YOUR TASK: The entries below hold a line with "line L9 (6, 1) -> (6, 11) projected" and a line with "A parametric FreeCAD". Return those lines and all that lie between them, exactly and only.

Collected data

▬▬▬▬▬▬

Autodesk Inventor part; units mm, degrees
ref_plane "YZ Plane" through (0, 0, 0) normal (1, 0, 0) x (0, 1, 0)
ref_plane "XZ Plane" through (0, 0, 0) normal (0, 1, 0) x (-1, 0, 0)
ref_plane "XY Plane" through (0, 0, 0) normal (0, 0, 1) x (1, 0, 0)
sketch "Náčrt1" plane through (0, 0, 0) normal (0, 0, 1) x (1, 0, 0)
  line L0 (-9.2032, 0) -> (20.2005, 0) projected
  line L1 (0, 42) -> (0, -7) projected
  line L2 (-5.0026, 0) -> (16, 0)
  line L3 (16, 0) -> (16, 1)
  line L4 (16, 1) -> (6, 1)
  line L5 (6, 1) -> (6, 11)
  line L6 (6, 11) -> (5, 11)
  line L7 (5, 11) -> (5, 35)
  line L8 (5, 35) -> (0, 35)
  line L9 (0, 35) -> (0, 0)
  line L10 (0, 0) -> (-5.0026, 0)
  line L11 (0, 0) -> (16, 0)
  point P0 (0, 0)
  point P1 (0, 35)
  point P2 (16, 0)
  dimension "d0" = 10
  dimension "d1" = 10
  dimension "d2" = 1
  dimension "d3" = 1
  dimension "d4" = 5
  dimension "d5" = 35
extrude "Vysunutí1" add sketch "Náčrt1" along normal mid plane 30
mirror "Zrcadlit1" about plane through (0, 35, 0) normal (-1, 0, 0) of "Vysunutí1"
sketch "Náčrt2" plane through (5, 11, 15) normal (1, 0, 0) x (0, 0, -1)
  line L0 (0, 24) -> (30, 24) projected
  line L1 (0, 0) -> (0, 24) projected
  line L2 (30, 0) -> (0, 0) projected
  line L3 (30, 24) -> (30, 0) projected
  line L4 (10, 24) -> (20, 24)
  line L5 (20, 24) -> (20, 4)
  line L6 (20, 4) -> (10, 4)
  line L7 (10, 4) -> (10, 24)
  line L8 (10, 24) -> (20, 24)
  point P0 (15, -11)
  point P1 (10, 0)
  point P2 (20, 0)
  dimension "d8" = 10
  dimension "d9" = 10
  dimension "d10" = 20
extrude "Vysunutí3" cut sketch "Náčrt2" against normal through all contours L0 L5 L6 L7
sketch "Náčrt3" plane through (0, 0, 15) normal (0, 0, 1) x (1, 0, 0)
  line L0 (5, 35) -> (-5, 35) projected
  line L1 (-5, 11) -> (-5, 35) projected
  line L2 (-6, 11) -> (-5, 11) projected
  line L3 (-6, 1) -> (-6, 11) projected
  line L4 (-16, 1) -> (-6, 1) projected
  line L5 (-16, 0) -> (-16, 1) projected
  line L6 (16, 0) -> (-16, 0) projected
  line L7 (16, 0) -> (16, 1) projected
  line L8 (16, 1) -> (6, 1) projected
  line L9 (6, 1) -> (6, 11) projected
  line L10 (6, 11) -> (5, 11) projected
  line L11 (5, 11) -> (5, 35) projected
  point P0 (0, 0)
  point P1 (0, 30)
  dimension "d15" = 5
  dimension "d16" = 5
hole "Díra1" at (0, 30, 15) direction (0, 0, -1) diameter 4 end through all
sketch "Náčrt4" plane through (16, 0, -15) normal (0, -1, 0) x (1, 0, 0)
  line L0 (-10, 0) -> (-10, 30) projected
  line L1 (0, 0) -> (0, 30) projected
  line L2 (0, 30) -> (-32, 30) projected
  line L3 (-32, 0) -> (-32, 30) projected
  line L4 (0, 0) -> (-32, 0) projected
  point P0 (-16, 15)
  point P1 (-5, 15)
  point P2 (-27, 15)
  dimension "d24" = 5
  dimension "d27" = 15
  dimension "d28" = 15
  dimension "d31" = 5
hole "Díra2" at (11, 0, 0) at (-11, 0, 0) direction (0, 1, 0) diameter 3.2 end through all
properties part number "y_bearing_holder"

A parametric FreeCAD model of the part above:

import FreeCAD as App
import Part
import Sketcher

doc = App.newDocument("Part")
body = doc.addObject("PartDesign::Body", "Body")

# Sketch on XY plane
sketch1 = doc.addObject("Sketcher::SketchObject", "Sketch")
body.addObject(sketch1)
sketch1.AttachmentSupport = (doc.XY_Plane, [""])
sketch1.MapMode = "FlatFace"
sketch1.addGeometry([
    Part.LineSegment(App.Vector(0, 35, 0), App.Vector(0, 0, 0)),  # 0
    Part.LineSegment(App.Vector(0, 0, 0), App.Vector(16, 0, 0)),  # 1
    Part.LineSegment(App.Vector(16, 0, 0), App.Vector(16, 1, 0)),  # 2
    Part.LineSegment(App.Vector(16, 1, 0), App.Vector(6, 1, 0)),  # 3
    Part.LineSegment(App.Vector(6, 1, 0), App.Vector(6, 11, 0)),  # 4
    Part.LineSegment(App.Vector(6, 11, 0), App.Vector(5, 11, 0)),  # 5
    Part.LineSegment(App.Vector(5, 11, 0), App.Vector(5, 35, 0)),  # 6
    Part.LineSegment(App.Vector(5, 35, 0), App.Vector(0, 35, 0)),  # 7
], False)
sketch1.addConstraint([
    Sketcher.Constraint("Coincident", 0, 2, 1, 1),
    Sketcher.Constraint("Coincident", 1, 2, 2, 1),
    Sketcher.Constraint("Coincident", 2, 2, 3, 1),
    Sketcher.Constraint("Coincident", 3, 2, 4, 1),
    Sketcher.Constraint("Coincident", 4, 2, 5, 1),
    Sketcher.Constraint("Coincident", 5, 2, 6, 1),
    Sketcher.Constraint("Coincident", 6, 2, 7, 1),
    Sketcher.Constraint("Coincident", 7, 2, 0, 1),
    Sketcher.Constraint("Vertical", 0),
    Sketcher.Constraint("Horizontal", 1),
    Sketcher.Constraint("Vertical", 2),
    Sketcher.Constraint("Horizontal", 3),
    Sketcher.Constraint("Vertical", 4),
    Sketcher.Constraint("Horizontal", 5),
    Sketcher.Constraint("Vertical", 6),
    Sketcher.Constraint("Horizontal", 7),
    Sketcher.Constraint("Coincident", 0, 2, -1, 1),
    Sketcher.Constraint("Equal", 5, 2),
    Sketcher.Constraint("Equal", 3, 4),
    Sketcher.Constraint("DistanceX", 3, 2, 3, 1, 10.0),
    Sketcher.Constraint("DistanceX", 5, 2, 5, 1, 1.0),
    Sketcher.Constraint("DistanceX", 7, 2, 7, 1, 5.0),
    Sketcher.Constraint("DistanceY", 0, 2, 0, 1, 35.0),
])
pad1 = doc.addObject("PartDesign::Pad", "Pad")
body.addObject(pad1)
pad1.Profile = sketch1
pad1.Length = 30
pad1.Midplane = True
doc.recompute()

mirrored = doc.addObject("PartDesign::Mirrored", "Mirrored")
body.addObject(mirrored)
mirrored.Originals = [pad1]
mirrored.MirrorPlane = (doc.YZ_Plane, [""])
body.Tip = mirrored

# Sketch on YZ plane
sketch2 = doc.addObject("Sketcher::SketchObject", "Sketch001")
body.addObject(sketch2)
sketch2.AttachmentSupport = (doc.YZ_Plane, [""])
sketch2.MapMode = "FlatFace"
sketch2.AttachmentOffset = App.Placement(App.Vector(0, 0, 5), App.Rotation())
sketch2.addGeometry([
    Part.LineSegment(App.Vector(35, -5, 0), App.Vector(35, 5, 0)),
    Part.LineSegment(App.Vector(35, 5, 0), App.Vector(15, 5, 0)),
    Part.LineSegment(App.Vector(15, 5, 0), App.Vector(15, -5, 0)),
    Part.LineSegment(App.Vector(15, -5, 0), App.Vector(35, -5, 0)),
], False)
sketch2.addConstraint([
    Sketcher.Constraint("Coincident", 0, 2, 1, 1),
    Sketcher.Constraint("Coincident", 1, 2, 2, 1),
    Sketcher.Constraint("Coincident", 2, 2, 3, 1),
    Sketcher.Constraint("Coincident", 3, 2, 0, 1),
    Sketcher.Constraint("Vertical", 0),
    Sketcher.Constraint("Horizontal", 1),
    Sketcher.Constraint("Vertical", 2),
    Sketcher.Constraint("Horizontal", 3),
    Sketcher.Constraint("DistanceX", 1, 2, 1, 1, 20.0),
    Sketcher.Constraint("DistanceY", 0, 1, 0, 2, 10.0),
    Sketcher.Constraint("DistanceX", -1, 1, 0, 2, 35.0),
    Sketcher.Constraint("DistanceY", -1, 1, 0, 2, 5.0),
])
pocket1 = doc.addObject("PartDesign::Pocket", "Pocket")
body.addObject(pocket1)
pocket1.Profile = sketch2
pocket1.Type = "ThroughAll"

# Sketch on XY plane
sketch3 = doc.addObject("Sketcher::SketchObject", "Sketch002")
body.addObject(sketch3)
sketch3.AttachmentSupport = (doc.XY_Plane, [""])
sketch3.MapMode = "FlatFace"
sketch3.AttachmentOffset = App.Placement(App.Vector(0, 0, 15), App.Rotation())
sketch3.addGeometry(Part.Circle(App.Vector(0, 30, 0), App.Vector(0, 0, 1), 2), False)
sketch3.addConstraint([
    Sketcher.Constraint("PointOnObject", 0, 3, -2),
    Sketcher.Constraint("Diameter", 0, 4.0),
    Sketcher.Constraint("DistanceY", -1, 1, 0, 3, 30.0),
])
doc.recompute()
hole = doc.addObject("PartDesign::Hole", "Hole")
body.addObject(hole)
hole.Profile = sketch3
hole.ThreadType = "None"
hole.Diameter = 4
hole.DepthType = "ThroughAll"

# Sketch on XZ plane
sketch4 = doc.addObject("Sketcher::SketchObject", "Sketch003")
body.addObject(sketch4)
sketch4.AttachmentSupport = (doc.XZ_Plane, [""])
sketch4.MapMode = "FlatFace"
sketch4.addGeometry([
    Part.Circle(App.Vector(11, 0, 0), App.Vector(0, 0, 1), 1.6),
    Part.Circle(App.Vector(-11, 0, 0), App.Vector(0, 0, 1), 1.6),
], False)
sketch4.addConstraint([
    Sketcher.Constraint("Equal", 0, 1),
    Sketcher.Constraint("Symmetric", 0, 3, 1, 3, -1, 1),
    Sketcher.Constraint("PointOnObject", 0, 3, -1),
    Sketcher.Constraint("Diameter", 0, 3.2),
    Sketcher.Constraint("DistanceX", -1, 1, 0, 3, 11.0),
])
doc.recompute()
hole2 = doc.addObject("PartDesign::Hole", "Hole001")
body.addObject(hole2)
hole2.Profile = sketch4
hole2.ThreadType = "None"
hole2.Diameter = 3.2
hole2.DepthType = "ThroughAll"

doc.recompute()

▬▬▬▬▬▬

EXERCISE RESULT:
  line L9 (6, 1) -> (6, 11) projected
  line L10 (6, 11) -> (5, 11) projected
  line L11 (5, 11) -> (5, 35) projected
  point P0 (0, 0)
  point P1 (0, 30)
  dimension "d15" = 5
  dimension "d16" = 5
hole "Díra1" at (0, 30, 15) direction (0, 0, -1) diameter 4 end through all
sketch "Náčrt4" plane through (16, 0, -15) normal (0, -1, 0) x (1, 0, 0)
  line L0 (-10, 0) -> (-10, 30) projected
  line L1 (0, 0) -> (0, 30) projected
  line L2 (0, 30) -> (-32, 30) projected
  line L3 (-32, 0) -> (-32, 30) projected
  line L4 (0, 0) -> (-32, 0) projected
  point P0 (-16, 15)
  point P1 (-5, 15)
  point P2 (-27, 15)
  dimension "d24" = 5
  dimension "d27" = 15
  dimension "d28" = 15
  dimension "d31" = 5
hole "Díra2" at (11, 0, 0) at (-11, 0, 0) direction (0, 1, 0) diameter 3.2 end through all
properties part number "y_bearing_holder"

A parametric FreeCAD model of the part above:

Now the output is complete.